Девочка, запинаясь, начала отвечать:
– Когда-то падежные окончания служили для обращения к демонам. Каждая форма контакта человека с бытием имела своего демона-хранителя. Имя демона всегда выкликалось после наименования вещи.
– Правильно. А теперь скажи нам, как получилось, что из обращений к демонам произошли падежные окончания.
– По холодным лестницам пришли чужие женщины со слепыми шакалами…
– Не путай с возникновением плюсквамперфекта, – остановил ее учитель. – Так не припомнишь, как же это получилось?

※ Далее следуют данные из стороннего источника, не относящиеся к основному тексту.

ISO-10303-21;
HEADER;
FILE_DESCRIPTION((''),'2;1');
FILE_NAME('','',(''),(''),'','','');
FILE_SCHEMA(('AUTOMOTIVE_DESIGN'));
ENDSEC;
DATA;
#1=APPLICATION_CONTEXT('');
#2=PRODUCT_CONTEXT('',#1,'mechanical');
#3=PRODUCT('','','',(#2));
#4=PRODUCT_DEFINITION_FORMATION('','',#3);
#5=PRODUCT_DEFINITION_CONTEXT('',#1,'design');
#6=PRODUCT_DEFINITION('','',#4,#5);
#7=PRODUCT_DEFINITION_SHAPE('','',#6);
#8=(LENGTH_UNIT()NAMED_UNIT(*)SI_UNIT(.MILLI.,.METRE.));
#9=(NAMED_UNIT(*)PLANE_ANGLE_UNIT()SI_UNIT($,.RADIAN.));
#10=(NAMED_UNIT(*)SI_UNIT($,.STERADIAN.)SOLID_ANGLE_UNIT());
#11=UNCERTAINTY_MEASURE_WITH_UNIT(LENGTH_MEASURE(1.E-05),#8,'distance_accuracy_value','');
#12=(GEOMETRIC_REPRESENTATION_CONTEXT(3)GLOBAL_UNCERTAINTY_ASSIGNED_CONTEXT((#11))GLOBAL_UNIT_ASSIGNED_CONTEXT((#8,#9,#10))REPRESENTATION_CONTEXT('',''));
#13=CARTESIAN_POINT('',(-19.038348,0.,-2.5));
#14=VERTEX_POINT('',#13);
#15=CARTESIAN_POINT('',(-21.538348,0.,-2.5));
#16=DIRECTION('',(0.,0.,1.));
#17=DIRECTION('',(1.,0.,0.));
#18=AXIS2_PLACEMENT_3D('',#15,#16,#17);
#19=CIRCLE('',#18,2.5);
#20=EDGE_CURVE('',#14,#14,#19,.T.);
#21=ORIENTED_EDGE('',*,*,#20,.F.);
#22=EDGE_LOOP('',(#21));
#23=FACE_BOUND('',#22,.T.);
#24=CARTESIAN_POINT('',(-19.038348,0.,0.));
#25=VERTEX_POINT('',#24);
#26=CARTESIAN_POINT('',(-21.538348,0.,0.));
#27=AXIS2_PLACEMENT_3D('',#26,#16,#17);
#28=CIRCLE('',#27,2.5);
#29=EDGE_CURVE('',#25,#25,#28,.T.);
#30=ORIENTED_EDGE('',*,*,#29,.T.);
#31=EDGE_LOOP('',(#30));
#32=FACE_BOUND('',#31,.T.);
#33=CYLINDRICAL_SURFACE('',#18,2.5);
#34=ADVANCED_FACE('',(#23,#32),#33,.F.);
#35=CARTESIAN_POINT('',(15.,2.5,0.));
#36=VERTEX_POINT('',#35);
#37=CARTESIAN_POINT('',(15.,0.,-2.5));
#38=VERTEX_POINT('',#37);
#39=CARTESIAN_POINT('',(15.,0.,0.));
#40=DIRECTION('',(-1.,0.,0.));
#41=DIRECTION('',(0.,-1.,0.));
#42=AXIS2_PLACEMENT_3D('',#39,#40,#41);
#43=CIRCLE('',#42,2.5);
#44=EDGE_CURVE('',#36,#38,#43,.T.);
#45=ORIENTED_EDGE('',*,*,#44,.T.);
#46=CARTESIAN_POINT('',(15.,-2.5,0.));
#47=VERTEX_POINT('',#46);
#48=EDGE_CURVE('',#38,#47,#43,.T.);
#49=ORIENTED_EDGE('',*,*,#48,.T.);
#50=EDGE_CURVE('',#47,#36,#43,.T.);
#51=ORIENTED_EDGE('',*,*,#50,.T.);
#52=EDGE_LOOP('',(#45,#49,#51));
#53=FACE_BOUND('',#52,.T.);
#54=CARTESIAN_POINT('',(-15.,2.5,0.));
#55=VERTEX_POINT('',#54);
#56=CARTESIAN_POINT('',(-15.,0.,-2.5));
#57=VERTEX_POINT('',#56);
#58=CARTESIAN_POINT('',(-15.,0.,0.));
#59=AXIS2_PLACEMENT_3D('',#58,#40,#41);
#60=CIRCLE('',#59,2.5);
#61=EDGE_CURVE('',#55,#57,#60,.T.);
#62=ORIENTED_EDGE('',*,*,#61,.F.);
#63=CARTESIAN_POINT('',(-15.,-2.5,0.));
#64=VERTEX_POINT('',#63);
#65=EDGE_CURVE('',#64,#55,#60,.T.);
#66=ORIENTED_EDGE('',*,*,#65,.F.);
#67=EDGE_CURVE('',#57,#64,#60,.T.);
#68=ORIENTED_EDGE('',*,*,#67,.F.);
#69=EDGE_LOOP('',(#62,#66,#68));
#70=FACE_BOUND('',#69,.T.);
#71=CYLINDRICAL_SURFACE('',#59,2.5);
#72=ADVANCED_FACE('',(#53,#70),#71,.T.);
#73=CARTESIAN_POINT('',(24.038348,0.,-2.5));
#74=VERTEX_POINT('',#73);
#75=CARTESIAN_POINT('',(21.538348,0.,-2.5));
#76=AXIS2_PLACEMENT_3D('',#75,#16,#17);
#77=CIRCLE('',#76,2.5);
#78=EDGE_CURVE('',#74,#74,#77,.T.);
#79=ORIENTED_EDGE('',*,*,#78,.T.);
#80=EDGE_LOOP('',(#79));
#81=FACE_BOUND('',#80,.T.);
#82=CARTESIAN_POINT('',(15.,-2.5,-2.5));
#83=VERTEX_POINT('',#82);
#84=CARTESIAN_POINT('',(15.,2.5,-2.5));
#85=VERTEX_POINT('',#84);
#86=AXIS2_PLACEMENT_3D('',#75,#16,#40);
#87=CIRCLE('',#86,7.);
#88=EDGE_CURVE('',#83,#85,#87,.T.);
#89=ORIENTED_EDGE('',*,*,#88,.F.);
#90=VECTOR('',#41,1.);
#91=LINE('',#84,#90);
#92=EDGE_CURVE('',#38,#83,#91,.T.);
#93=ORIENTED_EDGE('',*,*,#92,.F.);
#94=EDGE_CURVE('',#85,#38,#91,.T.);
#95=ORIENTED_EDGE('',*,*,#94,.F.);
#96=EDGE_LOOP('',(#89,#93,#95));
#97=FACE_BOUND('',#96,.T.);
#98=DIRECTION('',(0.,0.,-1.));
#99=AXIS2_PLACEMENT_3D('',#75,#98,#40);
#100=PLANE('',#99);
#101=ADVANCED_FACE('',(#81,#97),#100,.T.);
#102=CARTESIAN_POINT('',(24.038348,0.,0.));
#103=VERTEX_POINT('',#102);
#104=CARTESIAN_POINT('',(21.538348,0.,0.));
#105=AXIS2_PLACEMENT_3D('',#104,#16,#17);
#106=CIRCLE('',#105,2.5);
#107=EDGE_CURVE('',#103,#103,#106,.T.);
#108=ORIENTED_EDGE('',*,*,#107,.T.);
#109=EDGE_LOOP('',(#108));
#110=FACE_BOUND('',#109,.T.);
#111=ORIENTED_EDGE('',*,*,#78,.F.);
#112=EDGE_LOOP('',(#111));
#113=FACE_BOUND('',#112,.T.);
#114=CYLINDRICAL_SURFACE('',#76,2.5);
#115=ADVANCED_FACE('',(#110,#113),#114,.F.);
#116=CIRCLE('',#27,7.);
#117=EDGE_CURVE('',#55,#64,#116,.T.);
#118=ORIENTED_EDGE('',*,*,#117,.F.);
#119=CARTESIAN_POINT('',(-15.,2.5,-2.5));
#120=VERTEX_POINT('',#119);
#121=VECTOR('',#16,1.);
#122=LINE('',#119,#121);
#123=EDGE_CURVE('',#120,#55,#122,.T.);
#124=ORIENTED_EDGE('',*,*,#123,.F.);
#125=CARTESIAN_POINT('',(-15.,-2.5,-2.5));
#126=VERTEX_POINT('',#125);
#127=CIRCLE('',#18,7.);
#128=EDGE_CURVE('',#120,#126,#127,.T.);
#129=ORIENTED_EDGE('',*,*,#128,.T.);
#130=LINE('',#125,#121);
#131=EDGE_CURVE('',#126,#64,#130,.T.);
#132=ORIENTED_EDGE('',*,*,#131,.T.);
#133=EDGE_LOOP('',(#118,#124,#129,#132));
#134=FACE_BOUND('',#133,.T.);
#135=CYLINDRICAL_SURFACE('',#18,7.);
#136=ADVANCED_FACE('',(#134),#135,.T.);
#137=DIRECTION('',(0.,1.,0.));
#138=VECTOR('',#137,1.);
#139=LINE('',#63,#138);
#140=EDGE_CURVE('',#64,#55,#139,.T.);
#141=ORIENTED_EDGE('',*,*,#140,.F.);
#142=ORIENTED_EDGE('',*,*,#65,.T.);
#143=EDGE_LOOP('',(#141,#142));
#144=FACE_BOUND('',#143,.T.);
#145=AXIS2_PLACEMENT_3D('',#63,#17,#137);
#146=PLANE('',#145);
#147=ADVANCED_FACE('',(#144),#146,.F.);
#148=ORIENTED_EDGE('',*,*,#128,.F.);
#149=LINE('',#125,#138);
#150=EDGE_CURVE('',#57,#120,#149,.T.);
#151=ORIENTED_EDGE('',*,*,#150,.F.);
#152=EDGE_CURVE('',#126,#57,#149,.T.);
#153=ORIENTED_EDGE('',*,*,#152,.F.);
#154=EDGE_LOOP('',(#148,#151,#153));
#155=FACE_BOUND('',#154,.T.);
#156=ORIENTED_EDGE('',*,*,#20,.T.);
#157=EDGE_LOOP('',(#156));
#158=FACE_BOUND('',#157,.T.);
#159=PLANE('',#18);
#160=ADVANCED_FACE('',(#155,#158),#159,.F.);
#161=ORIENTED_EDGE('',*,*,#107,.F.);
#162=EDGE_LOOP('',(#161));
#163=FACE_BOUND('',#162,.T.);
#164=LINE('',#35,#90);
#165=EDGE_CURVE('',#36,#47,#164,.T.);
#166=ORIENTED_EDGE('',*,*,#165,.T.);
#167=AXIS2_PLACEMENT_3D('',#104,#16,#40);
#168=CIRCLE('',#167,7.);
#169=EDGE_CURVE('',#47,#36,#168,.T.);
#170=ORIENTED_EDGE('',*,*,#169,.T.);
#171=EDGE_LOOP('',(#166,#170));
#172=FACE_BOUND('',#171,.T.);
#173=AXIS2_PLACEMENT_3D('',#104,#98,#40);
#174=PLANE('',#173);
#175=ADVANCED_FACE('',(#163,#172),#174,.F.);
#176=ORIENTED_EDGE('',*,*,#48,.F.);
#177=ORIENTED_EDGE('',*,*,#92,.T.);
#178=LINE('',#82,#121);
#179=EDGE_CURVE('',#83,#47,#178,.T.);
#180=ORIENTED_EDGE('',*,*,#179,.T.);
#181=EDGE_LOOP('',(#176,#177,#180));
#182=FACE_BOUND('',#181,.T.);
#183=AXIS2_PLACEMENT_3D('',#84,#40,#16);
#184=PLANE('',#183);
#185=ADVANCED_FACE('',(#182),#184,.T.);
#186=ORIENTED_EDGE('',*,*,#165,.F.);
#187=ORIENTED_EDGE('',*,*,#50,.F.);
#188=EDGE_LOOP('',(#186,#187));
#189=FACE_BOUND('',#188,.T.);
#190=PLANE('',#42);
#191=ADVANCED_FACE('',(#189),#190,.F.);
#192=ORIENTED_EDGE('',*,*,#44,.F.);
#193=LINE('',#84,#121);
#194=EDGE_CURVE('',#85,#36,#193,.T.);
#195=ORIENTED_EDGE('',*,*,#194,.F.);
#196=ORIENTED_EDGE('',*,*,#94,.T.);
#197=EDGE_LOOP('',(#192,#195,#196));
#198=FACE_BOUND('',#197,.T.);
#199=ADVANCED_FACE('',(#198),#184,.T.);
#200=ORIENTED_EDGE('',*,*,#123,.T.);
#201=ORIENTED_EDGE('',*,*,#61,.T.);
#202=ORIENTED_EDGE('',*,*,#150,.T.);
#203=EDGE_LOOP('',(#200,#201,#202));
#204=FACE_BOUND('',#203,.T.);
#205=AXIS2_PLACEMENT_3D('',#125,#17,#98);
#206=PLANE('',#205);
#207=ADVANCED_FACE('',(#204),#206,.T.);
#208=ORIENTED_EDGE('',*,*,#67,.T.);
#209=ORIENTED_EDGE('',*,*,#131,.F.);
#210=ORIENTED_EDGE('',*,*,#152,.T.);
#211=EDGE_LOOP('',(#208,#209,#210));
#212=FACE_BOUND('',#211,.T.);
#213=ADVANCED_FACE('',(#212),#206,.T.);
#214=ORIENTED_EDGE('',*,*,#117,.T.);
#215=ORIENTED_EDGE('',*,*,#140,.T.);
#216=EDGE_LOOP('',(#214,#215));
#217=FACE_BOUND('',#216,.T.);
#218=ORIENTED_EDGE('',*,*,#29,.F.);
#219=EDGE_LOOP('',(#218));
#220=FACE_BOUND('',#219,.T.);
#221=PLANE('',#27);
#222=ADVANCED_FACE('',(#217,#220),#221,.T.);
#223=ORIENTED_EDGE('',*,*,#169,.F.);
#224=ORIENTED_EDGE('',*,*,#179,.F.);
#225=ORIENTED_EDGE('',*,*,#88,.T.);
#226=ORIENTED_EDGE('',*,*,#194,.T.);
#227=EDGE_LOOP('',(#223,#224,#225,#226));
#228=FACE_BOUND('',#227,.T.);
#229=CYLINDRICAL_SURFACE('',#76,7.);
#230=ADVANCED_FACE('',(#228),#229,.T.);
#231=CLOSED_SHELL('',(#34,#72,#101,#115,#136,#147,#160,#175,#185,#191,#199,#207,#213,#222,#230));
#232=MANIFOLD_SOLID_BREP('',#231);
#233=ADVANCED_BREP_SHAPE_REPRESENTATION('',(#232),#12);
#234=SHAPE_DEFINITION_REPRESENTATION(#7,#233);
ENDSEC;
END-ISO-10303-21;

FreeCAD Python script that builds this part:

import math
import FreeCAD as App
import Part
import Sketcher

V = App.Vector

doc = App.newDocument("Part")
body = doc.addObject("PartDesign::Body", "Body")

# Sketch on XY plane
sketch1 = doc.addObject("Sketcher::SketchObject", "Sketch")
body.addObject(sketch1)
sketch1.AttachmentSupport = (doc.XY_Plane, [""])
sketch1.MapMode = "FlatFace"
sketch1.addGeometry(Part.LineSegment(V(-15, 2.5, 0), V(-15, 0, 0)), False)
sketch1.addGeometry(Part.LineSegment(V(-15, 0, 0), V(15, 0, 0)), False)
sketch1.addGeometry(Part.LineSegment(V(15, 0, 0), V(15, 2.5, 0)), False)
sketch1.addGeometry(Part.LineSegment(V(15, 2.5, 0), V(-15, 2.5, 0)), False)
sketch1.addConstraint(Sketcher.Constraint("Coincident", 0, 2, 1, 1))
sketch1.addConstraint(Sketcher.Constraint("Coincident", 1, 2, 2, 1))
sketch1.addConstraint(Sketcher.Constraint("Coincident", 2, 2, 3, 1))
sketch1.addConstraint(Sketcher.Constraint("Coincident", 3, 2, 0, 1))
sketch1.addConstraint(Sketcher.Constraint("Vertical", 0))
sketch1.addConstraint(Sketcher.Constraint("Horizontal", 1))
sketch1.addConstraint(Sketcher.Constraint("Vertical", 2))
sketch1.addConstraint(Sketcher.Constraint("Horizontal", 3))
sketch1.addConstraint(Sketcher.Constraint("Symmetric", 0, 2, 1, 2, -1, 1))
sketch1.addConstraint(Sketcher.Constraint("DistanceX", 1, 1, 1, 2, 30.0))
sketch1.addConstraint(Sketcher.Constraint("DistanceY", 0, 2, 0, 1, 2.5))
revolution = doc.addObject("PartDesign::Revolution", "Revolution")
body.addObject(revolution)
revolution.Profile = sketch1
revolution.ReferenceAxis = (sketch1, ["H_Axis"])
revolution.Angle = 360

# Sketch on XY plane
sketch2 = doc.addObject("Sketcher::SketchObject", "Sketch001")
body.addObject(sketch2)
sketch2.AttachmentSupport = (doc.XY_Plane, [""])
sketch2.MapMode = "FlatFace"
sketch2.addGeometry(Part.LineSegment(V(15, 2.5, 0), V(15, -2.5, 0)), False)
sketch2.addGeometry(Part.ArcOfCircle(Part.Circle(V(21.5, 0, 0), V(0, 0, 1), 7), math.radians(-159), math.radians(159)), False)
sketch2.addGeometry(Part.Circle(V(21.5, 0, 0), V(0, 0, 1), 2.5), False)
sketch2.addGeometry(Part.LineSegment(V(-15, -2.5, 0), V(-15, 2.5, 0)), False)
sketch2.addGeometry(Part.ArcOfCircle(Part.Circle(V(-21.5, 0, 0), V(0, 0, 1), 7), math.radians(21), math.radians(339)), False)
sketch2.addGeometry(Part.Circle(V(-21.5, 0, 0), V(0, 0, 1), 2.5), False)
sketch2.addConstraint(Sketcher.Constraint("Coincident", 0, 1, 1, 2))
sketch2.addConstraint(Sketcher.Constraint("Coincident", 1, 1, 0, 2))
sketch2.addConstraint(Sketcher.Constraint("Coincident", 3, 1, 4, 2))
sketch2.addConstraint(Sketcher.Constraint("Coincident", 4, 1, 3, 2))
sketch2.addConstraint(Sketcher.Constraint("Vertical", 0))
sketch2.addConstraint(Sketcher.Constraint("Vertical", 3))
sketch2.addConstraint(Sketcher.Constraint("Coincident", 2, 3, 1, 3))
sketch2.addConstraint(Sketcher.Constraint("Coincident", 5, 3, 4, 3))
sketch2.addConstraint(Sketcher.Constraint("Equal", 1, 4))
sketch2.addConstraint(Sketcher.Constraint("Equal", 2, 5))
sketch2.addConstraint(Sketcher.Constraint("Symmetric", 1, 3, 4, 3, -1, 1))
sketch2.addConstraint(Sketcher.Constraint("Symmetric", 1, 1, 3, 1, -2))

Девочка молчала и нервно переминалась с ноги на ногу. Учитель обратился к классу:
– Кто-нибудь знает? Ну давай ты. – Он указал на мальчика, сидевшего на первой парте; тот поднялся и начал:
– Когда на жнивье появились ржавые крейсеры, имена демонов утратили ударения и постепенно срослись с существительными. Люди забыли об их первоначальном значении. Связь с определенным типом отношений, которые опекались тем или иным демоном, превратилась всего лишь в грамматическую функцию.
– Очень хорошо, можешь сесть. Вот почему мы говорим, что грамматика – это прикладная… что? – Учитель снова обращался к девочке, стоящей у доски.
– Грамматика – это прикладная… Мы говорим, что грамматика – это прикладная демонология.
– Ну вот, молодец. А теперь расскажи нам о будущем развитии падежных окончаний.
– Падежные окончания постепенно избавятся от своего унизительного положения и воссияют в своей прежней славе. Со временем они отделятся от основ имен существительных и станут тем, чем были изначально, то есть выкликанием имен демонов. Основы существительных утратят свое значение, они будут произноситься все тише, пока наконец не исчезнут совсем, в языке останутся только бывшие окончания, люди поймут, что остальное просто не нужно. В тишине залов станут звучать лишь трепещущие на сквозняке гардины да страшные имена демонов, которые теперь знакомы нам как типы склонений.
Голос девочки все крепнул, в нем появился даже некий оттенок злорадного триумфа. Учитель слушал ребенка с восхищением.
– Трепет гардин и древние имена… – сказал он взволнованно. – Да, но это в конце, а что будет прежде, говори же, что будет прежде?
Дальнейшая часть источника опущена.